1. Carry on Luggage Problem Several popular models of carry-on luggage have a length 10 in. greater than their depth. To comply with airline regulations, the sum of the length, width, and depth, may not exceed 45 inches. Make a sketch, label, and write down anything that seems important in the top left square.

2. As a passenger, what do you want to know? What color is the luggage? How much did it cost? What size will fit the most stuff? Will my hair dryer fit in? What is the longest golf club I can put in?

3. 1.Find 5 different dimension options that meet the dimension requirements and compute the volume for each. Organize the data in a table and show how all requirements are met. 2.Generate a function equation for Volume in one variable that will also capture the information from your table. Express it in factored form and in standard form. What does your input variable stand for? 3.Predict what you think the graph of the Volume function will look like and make a sketch. Justify your thinking.
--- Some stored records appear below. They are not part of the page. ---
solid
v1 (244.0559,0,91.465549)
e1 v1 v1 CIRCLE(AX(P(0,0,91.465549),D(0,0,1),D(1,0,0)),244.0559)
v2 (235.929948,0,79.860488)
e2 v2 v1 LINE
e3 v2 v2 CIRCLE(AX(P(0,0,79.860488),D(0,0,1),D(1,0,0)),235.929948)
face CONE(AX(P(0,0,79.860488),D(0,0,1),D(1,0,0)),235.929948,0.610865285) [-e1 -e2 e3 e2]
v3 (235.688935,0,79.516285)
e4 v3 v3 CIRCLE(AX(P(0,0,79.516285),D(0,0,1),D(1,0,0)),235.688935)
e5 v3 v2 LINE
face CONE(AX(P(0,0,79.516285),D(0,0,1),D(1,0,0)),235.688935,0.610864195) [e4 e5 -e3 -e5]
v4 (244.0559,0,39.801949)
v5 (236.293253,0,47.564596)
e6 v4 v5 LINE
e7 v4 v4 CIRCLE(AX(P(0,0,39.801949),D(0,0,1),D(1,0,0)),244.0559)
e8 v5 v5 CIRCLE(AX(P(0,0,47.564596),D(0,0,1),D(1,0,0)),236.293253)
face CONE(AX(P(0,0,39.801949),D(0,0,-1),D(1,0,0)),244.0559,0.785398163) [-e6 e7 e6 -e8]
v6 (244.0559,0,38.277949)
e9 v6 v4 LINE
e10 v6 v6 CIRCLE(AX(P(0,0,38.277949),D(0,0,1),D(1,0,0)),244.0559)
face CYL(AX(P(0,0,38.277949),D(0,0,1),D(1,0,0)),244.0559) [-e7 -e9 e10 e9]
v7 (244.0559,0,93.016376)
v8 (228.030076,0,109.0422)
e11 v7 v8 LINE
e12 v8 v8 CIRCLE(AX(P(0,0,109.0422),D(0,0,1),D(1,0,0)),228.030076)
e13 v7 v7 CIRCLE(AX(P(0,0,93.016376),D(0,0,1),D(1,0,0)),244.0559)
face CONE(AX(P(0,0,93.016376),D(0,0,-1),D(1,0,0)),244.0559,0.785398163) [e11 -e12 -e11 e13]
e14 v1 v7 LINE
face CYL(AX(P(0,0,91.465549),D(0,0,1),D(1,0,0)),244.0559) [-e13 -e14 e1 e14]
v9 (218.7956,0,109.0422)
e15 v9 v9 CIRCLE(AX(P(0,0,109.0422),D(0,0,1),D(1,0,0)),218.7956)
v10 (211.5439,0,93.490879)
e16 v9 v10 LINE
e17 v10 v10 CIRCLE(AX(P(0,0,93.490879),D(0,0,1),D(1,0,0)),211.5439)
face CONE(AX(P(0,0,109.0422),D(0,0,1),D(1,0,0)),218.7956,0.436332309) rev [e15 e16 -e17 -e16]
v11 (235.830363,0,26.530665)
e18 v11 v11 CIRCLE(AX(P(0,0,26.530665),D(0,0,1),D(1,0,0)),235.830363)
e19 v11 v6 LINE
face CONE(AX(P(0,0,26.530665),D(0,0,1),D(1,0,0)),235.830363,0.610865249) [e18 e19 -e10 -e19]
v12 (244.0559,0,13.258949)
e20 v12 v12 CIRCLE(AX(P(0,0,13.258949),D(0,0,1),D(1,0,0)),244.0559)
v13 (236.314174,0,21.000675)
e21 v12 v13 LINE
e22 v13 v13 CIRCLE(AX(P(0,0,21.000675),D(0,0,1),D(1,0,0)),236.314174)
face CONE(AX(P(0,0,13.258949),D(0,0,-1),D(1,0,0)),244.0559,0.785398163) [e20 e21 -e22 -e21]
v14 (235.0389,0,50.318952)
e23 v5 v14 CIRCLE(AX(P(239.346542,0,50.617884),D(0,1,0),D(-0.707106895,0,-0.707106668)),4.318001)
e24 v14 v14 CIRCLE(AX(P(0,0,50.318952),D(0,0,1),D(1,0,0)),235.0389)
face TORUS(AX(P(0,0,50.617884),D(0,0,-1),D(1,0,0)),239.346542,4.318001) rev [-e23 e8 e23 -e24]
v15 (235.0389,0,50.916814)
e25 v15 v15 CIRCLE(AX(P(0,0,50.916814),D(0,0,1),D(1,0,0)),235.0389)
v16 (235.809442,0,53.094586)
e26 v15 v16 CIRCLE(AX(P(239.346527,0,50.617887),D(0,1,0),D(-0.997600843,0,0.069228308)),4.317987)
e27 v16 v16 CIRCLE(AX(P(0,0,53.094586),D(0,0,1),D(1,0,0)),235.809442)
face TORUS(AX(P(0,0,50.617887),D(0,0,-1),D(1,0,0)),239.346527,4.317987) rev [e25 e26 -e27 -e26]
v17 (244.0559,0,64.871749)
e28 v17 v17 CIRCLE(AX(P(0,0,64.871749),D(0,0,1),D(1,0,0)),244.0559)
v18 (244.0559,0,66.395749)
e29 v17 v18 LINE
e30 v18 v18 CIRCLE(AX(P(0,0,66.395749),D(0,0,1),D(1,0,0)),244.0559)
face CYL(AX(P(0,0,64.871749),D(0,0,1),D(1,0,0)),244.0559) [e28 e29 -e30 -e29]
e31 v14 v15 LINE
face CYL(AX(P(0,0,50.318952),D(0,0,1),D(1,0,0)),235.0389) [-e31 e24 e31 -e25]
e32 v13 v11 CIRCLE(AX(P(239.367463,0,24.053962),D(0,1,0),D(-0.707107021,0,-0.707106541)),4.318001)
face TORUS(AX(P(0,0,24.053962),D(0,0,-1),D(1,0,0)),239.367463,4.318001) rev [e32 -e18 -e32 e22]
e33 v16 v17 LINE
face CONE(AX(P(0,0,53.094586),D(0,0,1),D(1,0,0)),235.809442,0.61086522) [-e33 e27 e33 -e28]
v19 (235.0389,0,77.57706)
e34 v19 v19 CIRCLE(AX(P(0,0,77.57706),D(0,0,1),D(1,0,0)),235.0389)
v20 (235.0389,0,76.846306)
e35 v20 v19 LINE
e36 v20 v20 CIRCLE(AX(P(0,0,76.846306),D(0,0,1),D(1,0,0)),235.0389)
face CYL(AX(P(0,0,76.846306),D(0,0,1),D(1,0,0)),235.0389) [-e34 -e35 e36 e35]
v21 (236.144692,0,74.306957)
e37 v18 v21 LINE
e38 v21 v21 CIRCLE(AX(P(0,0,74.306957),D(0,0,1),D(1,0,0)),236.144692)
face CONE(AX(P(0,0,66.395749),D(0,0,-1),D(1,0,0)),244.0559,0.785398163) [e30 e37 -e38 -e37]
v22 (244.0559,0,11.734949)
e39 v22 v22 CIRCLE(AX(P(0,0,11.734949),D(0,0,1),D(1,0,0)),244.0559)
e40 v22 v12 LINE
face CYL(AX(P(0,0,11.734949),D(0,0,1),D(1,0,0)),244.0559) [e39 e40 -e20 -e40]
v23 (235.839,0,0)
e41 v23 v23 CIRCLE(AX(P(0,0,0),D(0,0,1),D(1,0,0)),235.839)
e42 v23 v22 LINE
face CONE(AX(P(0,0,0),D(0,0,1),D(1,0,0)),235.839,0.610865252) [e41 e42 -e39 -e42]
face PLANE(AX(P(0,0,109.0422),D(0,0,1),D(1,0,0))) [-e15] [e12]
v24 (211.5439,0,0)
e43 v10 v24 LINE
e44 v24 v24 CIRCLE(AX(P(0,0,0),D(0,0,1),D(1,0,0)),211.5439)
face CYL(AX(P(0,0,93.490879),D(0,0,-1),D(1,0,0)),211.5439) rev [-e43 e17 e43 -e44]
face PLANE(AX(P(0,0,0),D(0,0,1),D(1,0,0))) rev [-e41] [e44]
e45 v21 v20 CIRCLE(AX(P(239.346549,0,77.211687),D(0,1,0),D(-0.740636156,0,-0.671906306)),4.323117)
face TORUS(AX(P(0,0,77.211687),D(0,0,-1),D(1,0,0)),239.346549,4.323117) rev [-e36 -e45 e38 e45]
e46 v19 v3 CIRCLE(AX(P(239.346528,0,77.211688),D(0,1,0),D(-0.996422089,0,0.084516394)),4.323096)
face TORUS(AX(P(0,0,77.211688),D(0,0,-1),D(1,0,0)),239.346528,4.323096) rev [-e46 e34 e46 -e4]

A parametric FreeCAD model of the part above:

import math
import FreeCAD as App
import Part
import Sketcher

V = App.Vector
Q = App.Units.Quantity

doc = App.newDocument("Part")
body = doc.addObject("PartDesign::Body", "Body")

# Sketch on XZ plane
sketch1 = doc.addObject("Sketcher::SketchObject", "Sketch")
body.addObject(sketch1)
sketch1.AttachmentSupport = (doc.XZ_Plane, [""])
sketch1.MapMode = "FlatFace"
sketch1.addGeometry([
    Part.LineSegment(V(211.54, 93.49, 0), V(211.54, 0, 0)),  # 0
    Part.LineSegment(V(211.54, 0, 0), V(235.84, 0, 0)),  # 1
    Part.LineSegment(V(235.84, 0, 0), V(244.06, 11.73, 0)),  # 2
    Part.LineSegment(V(244.06, 11.73, 0), V(244.06, 13.26, 0)),  # 3
    Part.LineSegment(V(244.06, 13.26, 0), V(236.31, 21, 0)),  # 4
    Part.ArcOfCircle(Part.Circle(V(239.37, 24.05, 0), V(0, 0, 1), 4.32), math.radians(145), math.radians(225)),  # 5
    Part.LineSegment(V(235.83, 26.53, 0), V(244.06, 38.28, 0)),  # 6
    Part.LineSegment(V(244.06, 38.28, 0), V(244.06, 39.8, 0)),  # 7
    Part.LineSegment(V(244.06, 39.8, 0), V(236.29, 47.56, 0)),  # 8
    Part.ArcOfCircle(Part.Circle(V(239.35, 50.62, 0), V(0, 0, 1), 4.32), math.radians(-176), math.radians(-135)),  # 9
    Part.LineSegment(V(235.04, 50.32, 0), V(235.04, 50.92, 0)),  # 10
    Part.ArcOfCircle(Part.Circle(V(239.35, 50.62, 0), V(0, 0, 1), 4.32), math.radians(145), math.radians(176)),  # 11
    Part.LineSegment(V(235.81, 53.09, 0), V(244.06, 64.87, 0)),  # 12
    Part.LineSegment(V(244.06, 64.87, 0), V(244.06, 66.4, 0)),  # 13
    Part.LineSegment(V(244.06, 66.4, 0), V(236.14, 74.31, 0)),  # 14
    Part.ArcOfCircle(Part.Circle(V(239.35, 77.21, 0), V(0, 0, 1), 4.32), math.radians(-175), math.radians(-138)),  # 15
    Part.LineSegment(V(235.04, 76.85, 0), V(235.04, 77.58, 0)),  # 16
    Part.ArcOfCircle(Part.Circle(V(239.35, 77.21, 0), V(0, 0, 1), 4.32), math.radians(148), math.radians(175)),  # 17
    Part.LineSegment(V(235.69, 79.52, 0), V(235.93, 79.86, 0)),  # 18
    Part.LineSegment(V(235.93, 79.86, 0), V(244.06, 91.47, 0)),  # 19
    Part.LineSegment(V(244.06, 91.47, 0), V(244.06, 93.02, 0)),  # 20
    Part.LineSegment(V(244.06, 93.02, 0), V(228.03, 109.04, 0)),  # 21
    Part.LineSegment(V(228.03, 109.04, 0), V(218.8, 109.04, 0)),  # 22
    Part.LineSegment(V(218.8, 109.04, 0), V(211.54, 93.49, 0)),  # 23
], False)
sketch1.addConstraint([
    Sketcher.Constraint("Coincident", 0, 2, 1, 1),
    Sketcher.Constraint("Coincident", 1, 2, 2, 1),
    Sketcher.Constraint("Coincident", 2, 2, 3, 1),
    Sketcher.Constraint("Coincident", 3, 2, 4, 1),
    Sketcher.Constraint("Tangent", 4, 2, 5, 2),
    Sketcher.Constraint("Tangent", 5, 1, 6, 1),
    Sketcher.Constraint("Coincident", 6, 2, 7, 1),
    Sketcher.Constraint("Coincident", 7, 2, 8, 1),
    Sketcher.Constraint("Tangent", 8, 2, 9, 2),
    Sketcher.Constraint("Coincident", 9, 1, 10, 1),
    Sketcher.Constraint("Coincident", 10, 2, 11, 2),
    Sketcher.Constraint("Tangent", 11, 1, 12, 1),
    Sketcher.Constraint("Coincident", 12, 2, 13, 1),
    Sketcher.Constraint("Coincident", 13, 2, 14, 1),
    Sketcher.Constraint("Coincident", 14, 2, 15, 2),
    Sketcher.Constraint("Coincident", 15, 1, 16, 1),
    Sketcher.Constraint("Coincident", 16, 2, 17, 2),
    Sketcher.Constraint("Coincident", 17, 1, 18, 1),
    Sketcher.Constraint("Coincident", 18, 2, 19, 1),
    Sketcher.Constraint("Coincident", 19, 2, 20, 1),
    Sketcher.Constraint("Coincident", 20, 2, 21, 1),
    Sketcher.Constraint("Coincident", 21, 2, 22, 1),
    Sketcher.Constraint("Coincident", 22, 2, 23, 1),
    Sketcher.Constraint("Coincident", 23, 2, 0, 1),
    Sketcher.Constraint("Vertical", 0),
    Sketcher.Constraint("Horizontal", 1),
    Sketcher.Constraint("Vertical", 3),
    Sketcher.Constraint("Vertical", 7),
    Sketcher.Constraint("Vertical", 10),
    Sketcher.Constraint("Vertical", 13),
    Sketcher.Constraint("Vertical", 16),
    Sketcher.Constraint("Vertical", 20),
    Sketcher.Constraint("Horizontal", 22),
    Sketcher.Constraint("Equal", 5, 9),
    Sketcher.Constraint("PointOnObject", 0, 2, -1),
    Sketcher.Constraint("Parallel", 2, 6),
    Sketcher.Constraint("Parallel", 4, 8),
    Sketcher.Constraint("Parallel", 6, 12),
    Sketcher.Constraint("Parallel", 8, 14),
    Sketcher.Constraint("Parallel", 12, 18),
    Sketcher.Constraint("Parallel", 18, 19),
    Sketcher.Constraint("Parallel", 14, 21),
    Sketcher.Constraint("Horizontal", 15, 3, 17, 3),
    Sketcher.Constraint("Vertical", 11, 3, 17, 3),
    Sketcher.Constraint("Vertical", 3, 2, 6, 2),
    Sketcher.Constraint("Vertical", 7, 2, 12, 2),
    Sketcher.Constraint("Vertical", 10, 2, 15, 1),
    Sketcher.Constraint("Vertical", 13, 2, 19, 2),
    Sketcher.Constraint("Equal", 3, 7),
    Sketcher.Constraint("Equal", 7, 13),
    Sketcher.Constraint("Radius", 5, Q("0.17 in")),
    Sketcher.Constraint("Angle", 2, Q("54.999999 deg")),
    Sketcher.Constraint("Angle", 4, Q("135 deg")),
    Sketcher.Constraint("Angle", 23, Q("-115 deg")),
    Sketcher.Constraint("DistanceY", 3, 1, 3, 2, Q("0.06 in")),
    Sketcher.Constraint("DistanceX", 0, 2, 2, 2, Q("1.28 in")),
    Sketcher.Constraint("DistanceX", 1, 1, 1, 2, Q("0.9565 in")),
    Sketcher.Constraint("DistanceX", -1, 1, 1, 2, Q("9.285 in")),
    Sketcher.Constraint("DistanceY", -1, 1, 21, 2, Q("4.293 in")),
    Sketcher.Constraint("DistanceX", -1, 1, 22, 2, Q("8.614 in")),
    Sketcher.Constraint("DistanceY", 11, 3, 15, 3, Q("1.047 in")),
    Sketcher.Constraint("DistanceY", 9, 3, 15, 3, Q("1.0470001 in")),
    Sketcher.Constraint("DistanceX", 9, 1, 7, 2, Q("0.355 in")),
    Sketcher.Constraint("Radius", 11, 4.317987),
    Sketcher.Constraint("Radius", 15, 4.323117),
    Sketcher.Constraint("Radius", 17, 4.323096),
    Sketcher.Constraint("DistanceY", 10, 1, 10, 2, 0.597862),
    Sketcher.Constraint("DistanceX", 11, 1, 9, 3, 3.5371),
    Sketcher.Constraint("DistanceY", 15, 3, 17, 1, 2.304598),
    Sketcher.Constraint("DistanceY", 17, 3, 18, 2, 2.6488),
    Sketcher.Constraint("DistanceX", 18, 2, 15, 3, 3.416601),
    Sketcher.Constraint("DistanceX", 22, 2, 22, 1, 9.234476),
    Sketcher.Constraint("DistanceY", 20, 1, 20, 2, 1.550827),
])
revolution = doc.addObject("PartDesign::Revolution", "Revolution")
body.addObject(revolution)
revolution.Profile = sketch1
revolution.ReferenceAxis = (sketch1, ["V_Axis"])
revolution.Angle = 360

doc.recompute()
Be ready to explain how you know your sketch is reasonable in terms of your table, realistic domain, intercepts, range, other behavior.

4. 4.With the tools that you have, find solutions to the questions we generated or write down what you still need to know. Support your thinking. Extension: Some airlines have a carry on luggage tester bin. It has width 9” and length 22”, but the height is open. With these additional conditions what are the dimensions for baggage with the largest volume?

5. Exit Task On back of your paper please respond to: 1.We found a maximum value to solve the problem, but the volume function appears to take on even higher values. What’s an example of an x value that gives one of these higher y values? 2.Why aren’t we considering these higher y values?